Speakless很早就想出国，现在他已经考完了所有需要的考试，准备了所有要准备的材料，于是，便需要去申请学校了。要申请国外的任何大学，你都要交纳一定的申请费用，这可是很惊人的。Speakless没有多少钱，总共只攒了n万美元。他将在m个学校中选择若干的（当然要在他的经济承受范围内）。每个学校都有不同的申请费用a（万美元），并且Speakless估计了他得到这个学校offer的可能性b。不同学校之间是否得到offer不会互相影响。“I NEED A OFFER”，他大叫一声。帮帮这个可怜的人吧，帮助他计算一下，他可以收到至少一份offer的最大概率。（如果Speakless选择了多个学校，得到任意一个学校的offer都可以）。

输入

输入有若干组数据，每组数据的第一行有两个正整数n,m(0<=n<=10000,0<=m<=10000)
后面的m行，每行都有两个数据ai(整型),bi(实型)分别表示第i个学校的申请费用和可能拿到offer的概率。
输入的最后有两个0。

输出

每组数据都对应一个输出，表示Speakless可能得到至少一份offer的最大概率。用百分数表示，精确到小数点后一位。

样例

输入

10 3
4 0.1
4 0.2
5 0.3
0 0

输出

44.0%

Note

You should use printf(“%%”) to print a ‘%’.

思路

• 与上题类似

代码

/*
 * =========================================================================
 *
 *       Filename:  1203.cpp
 *
 *           Link:  http://acm.hdu.edu.cn/showproblem.php?pid=1203
 *
 *        Version:  1.0
 *        Created:  2018/07/15 15时16分12秒
 *       Revision:  none
 *       Compiler:  g++
 *
 *         Author:  杜宁元 (https://duny31030.github.io/), duny31030@126.com
 *   Organization:  QLU_浪在ACM
 *
 * =========================================================================
 */
#include <bits/stdc++.h>
using namespace std;
#define ll long long
#define max3(a,b,c) fmax(a,fmax(b,c))
#define ios ios_base::sync_with_stdio(false);cin.tie(0);cout.tie(0);
const double eps = 1e-6;
const int INF = 0x3f3f3f3f;
double dp[10020];
int main()
{
    ios
#ifdef ONLINE_JUDGE 
#else 
        freopen("in.txt","r",stdin);
    // freopen("out.txt","w",stdout); 
#endif
    int n,m;
    int a[10020];
    double b[10020];
    while(cin >> n >> m)
    {
        if(n == 0 && m == 0)
            break;
        memset(a,0,sizeof a);   memset(b,0,sizeof b);   // aemset(dp,0,sizeof dp); 
        for(int i = 0;i < 10020;i++)
            dp[i] = 1.0;
        for(int i = 1;i <= m;i++)
        {
            cin >> a[i] >> b[i];
            b[i] = 1-b[i];
        }

        for(int i = 1;i <= m;i++)
        {
            for(int j = n;j >= a[i];j--)
            {
                dp[j] = min(dp[j],dp[j-a[i]]*b[i]);
            }
        }
        //double pr = 1.0;
        //for(int i = 1;i <= n;i++)
        //    pr = min(pr,dp[i]);
        //pr = 1-pr;
        //pr *= 100;
        printf("%.1lf%%\n",(1-dp[n])*100);

    }

    fclose(stdin);
    // fclose(stdout);
    return 0;
}

 

Big Event in HDU

描述

传送门：Big Event in HDU

Nowadays, we all know that Computer College is the biggest department in HDU. But, maybe you don’t know that Computer College had ever been split into Computer College and Software College in 2002.
The splitting is absolutely a big event in HDU! At the same time, it is a trouble thing too.
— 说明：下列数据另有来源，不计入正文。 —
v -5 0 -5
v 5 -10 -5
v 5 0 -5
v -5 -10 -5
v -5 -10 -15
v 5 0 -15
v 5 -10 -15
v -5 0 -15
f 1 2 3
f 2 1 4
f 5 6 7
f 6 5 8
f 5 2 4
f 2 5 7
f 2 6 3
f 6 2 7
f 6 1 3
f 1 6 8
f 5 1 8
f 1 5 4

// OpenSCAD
x = -1;
y = -10 + 5;
translate([-5, -10, -15]) {
    cube(10);
}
All facilities must go halves. First, all facilities are assessed, and two facilities are thought to be same if they have the same value. It is assumed that there is N (0<N<1000) kinds of facilities (different value, different kinds).

输入

Input contains multiple test cases. Each test case starts with a number N (0 < N <= 50 — the total number of different facilities). The next N lines contain an integer V (0<V<=50 —value of facility) and an integer M (0<M<=100 —corresponding number of the facilities) each. You can assume that all V are different.
A test case starting with a negative integer terminates input and this test case is not to be processed.

输出

For each case, print one line containing two integers A and B which denote the value of Computer College and Software College will get respectively. A and B should be as equal as possible. At the same time, you should guarantee that A is not less than B.

样例

输入

2
10 1
20 1
3
10 1
20 2
30 1
-1

输出

20 10
40 40

思路

• 需要让分成的两部分尽可能相等或者前者稍大于后者
• 在输入的时候计算所有价值总和 ②
• 然后求出能够取得的最接近一半价值总和的价值 ①
• 如果②=2*① 则恰好可以被分为两个相等的部分
• ②-①为较多的那一部分

代码

/*
 * =========================================================================
 *
 *       Filename:  1171.cpp
 *
 *           Link:  http://acm.hdu.edu.cn/showproblem.php?pid=1171
 *
 *        Version:  1.0
 *        Created:  2018/07/15 16时52分43秒
 *       Revision:  none
 *       Compiler:  g++
 *
 *         Author:  杜宁元 (https://duny31030.github.io/), duny31030@126.com
 *   Organization:  QLU_浪在ACM
 *
 * =========================================================================
 */
#include <bits/stdc++.h>
using namespace std;
#define ll long long
#define max3(a,b,c) fmax(a,fmax(b,c))
#define ios ios_base::sync_with_stdio(false);cin.tie(0);cout.tie(0);
const double eps = 1e-6;
const int INF = 0x3f3f3f3f;

vector<int> a;
int dp[200020];
int main()
{
    ios
#ifdef ONLINE_JUDGE 
#else 
        freopen("in.txt","r",stdin);
    // freopen("out.txt","w",stdout); 
#endif
    int n,t1,t2,sum,sum2;
    while(cin >> n)
    {
        if(n < 0)
            break;
        a.clear();
        sum = 0;
        memset(dp,0,sizeof dp);
        for(int i = 1;i <= n;i++)
        {
            cin >> t1 >> t2;
            sum += t1*t2;
            while(t2--)
                a.push_back(t1);
        }
        sum2 = sum/2;
        for(int i = 0;i < a.size();i++)
        {
            for(int j = sum2;j >= a[i];j--)
                dp[j] = max(dp[j],dp[j-a[i]]+a[i]);
        }
        // printf("%d %d\n",max(dp[sum2],sum-dp[sum2]),min(dp[sum2],sum-dp[sum2]));
        if(sum == dp[sum2]*2)
            printf("%d %d\n",sum/2,sum/2);
        else 
            printf("%d %d\n",sum-dp[sum2],dp[sum2]);
    }


    fclose(stdin);
    // fclose(stdout);
    return 0;
}